### What is required
Within the data that follows, set down exactly the lines from the one containing "e5 v5 v6 LINE" through the one containing "e13 v10 v8 LINE", both ends included.

── Task inputs

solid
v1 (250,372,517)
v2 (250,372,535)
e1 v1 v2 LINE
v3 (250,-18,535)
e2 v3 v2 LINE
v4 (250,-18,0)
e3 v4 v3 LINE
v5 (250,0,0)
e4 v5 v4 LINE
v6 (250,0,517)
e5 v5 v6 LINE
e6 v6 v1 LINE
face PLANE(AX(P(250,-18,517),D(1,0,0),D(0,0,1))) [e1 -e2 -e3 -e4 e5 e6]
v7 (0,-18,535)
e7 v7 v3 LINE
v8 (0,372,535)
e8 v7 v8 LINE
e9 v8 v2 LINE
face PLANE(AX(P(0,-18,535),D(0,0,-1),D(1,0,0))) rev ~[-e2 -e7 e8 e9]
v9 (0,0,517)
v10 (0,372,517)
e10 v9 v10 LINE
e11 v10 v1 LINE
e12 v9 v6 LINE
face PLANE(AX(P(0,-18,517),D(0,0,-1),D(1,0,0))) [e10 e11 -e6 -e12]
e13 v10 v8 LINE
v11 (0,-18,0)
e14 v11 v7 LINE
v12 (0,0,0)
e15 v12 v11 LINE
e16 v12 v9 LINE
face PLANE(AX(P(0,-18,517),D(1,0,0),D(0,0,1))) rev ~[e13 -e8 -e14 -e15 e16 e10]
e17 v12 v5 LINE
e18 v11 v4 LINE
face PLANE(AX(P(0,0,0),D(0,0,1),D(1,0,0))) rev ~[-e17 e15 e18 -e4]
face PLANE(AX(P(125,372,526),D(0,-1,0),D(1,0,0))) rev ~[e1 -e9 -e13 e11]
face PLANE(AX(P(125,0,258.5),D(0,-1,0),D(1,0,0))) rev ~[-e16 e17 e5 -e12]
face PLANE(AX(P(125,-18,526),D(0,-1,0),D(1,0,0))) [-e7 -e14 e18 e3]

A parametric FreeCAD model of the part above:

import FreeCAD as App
import Part
import Sketcher

V = App.Vector


def add_polygon(sketch, points):
    """Adds a closed chain of lines whose ends are joined by coincident constraints."""
    first, n = sketch.GeometryCount, len(points)
    for a, b in zip(points, points[1:] + points[:1]):
        sketch.addGeometry(Part.LineSegment(App.Vector(*a, 0), App.Vector(*b, 0)), False)
    for i in range(n):
        sketch.addConstraint(Sketcher.Constraint("Coincident", first + i, 2, first + (i + 1) % n, 1))

doc = App.newDocument("Part")
body = doc.addObject("PartDesign::Body", "Body")

sketch1 = body.newObject("Sketcher::SketchObject", "Sketch")
sketch1.AttachmentSupport = (doc.getObject("XZ_Plane"), [""])
sketch1.MapMode = "FlatFace"
add_polygon(sketch1, [(0, 517), (0, 0), (250, 0), (250, 517)])
sketch1.addConstraint([
    Sketcher.Constraint("Vertical", 0),
    Sketcher.Constraint("Horizontal", 1),
    Sketcher.Constraint("Vertical", 2),
    Sketcher.Constraint("Horizontal", 3),
    Sketcher.Constraint("Coincident", 0, 2, -1, 1),
    Sketcher.Constraint("DistanceX", 1, 1, 1, 2, 250.0),
    Sketcher.Constraint("DistanceY", 0, 2, 0, 1, 517.0),
])
pad1 = body.newObject("PartDesign::Pad", "Pad")
pad1.Profile = sketch1
pad1.Length = 18

sketch2 = body.newObject("Sketcher::SketchObject", "Sketch001")
sketch2.AttachmentSupport = (doc.getObject("XZ_Plane"), [""])
sketch2.MapMode = "FlatFace"
sketch2.AttachmentOffset = App.Placement(V(0, 0, 18), App.Rotation())
add_polygon(sketch2, [(0, 535), (0, 517), (250, 517), (250, 535)])
sketch2.addConstraint([
    Sketcher.Constraint("Vertical", 0),
    Sketcher.Constraint("Horizontal", 1),
    Sketcher.Constraint("Vertical", 2),
    Sketcher.Constraint("Horizontal", 3),
    Sketcher.Constraint("PointOnObject", 0, 2, -2),
    Sketcher.Constraint("DistanceX", 1, 1, 1, 2, 250.0),
    Sketcher.Constraint("DistanceY", 0, 2, 0, 1, 18.0),
    Sketcher.Constraint("DistanceY", -1, 1, 0, 2, 517.0),
])
pad2 = body.newObject("PartDesign::Pad", "Pad001")
pad2.Profile = sketch2
pad2.Length = 390
pad2.Reversed = True

doc.recompute()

────

### Solution for this exercise
e5 v5 v6 LINE
e6 v6 v1 LINE
face PLANE(AX(P(250,-18,517),D(1,0,0),D(0,0,1))) [e1 -e2 -e3 -e4 e5 e6]
v7 (0,-18,535)
e7 v7 v3 LINE
v8 (0,372,535)
e8 v7 v8 LINE
e9 v8 v2 LINE
face PLANE(AX(P(0,-18,535),D(0,0,-1),D(1,0,0))) rev ~[-e2 -e7 e8 e9]
v9 (0,0,517)
v10 (0,372,517)
e10 v9 v10 LINE
e11 v10 v1 LINE
e12 v9 v6 LINE
face PLANE(AX(P(0,-18,517),D(0,0,-1),D(1,0,0))) [e10 e11 -e6 -e12]
e13 v10 v8 LINE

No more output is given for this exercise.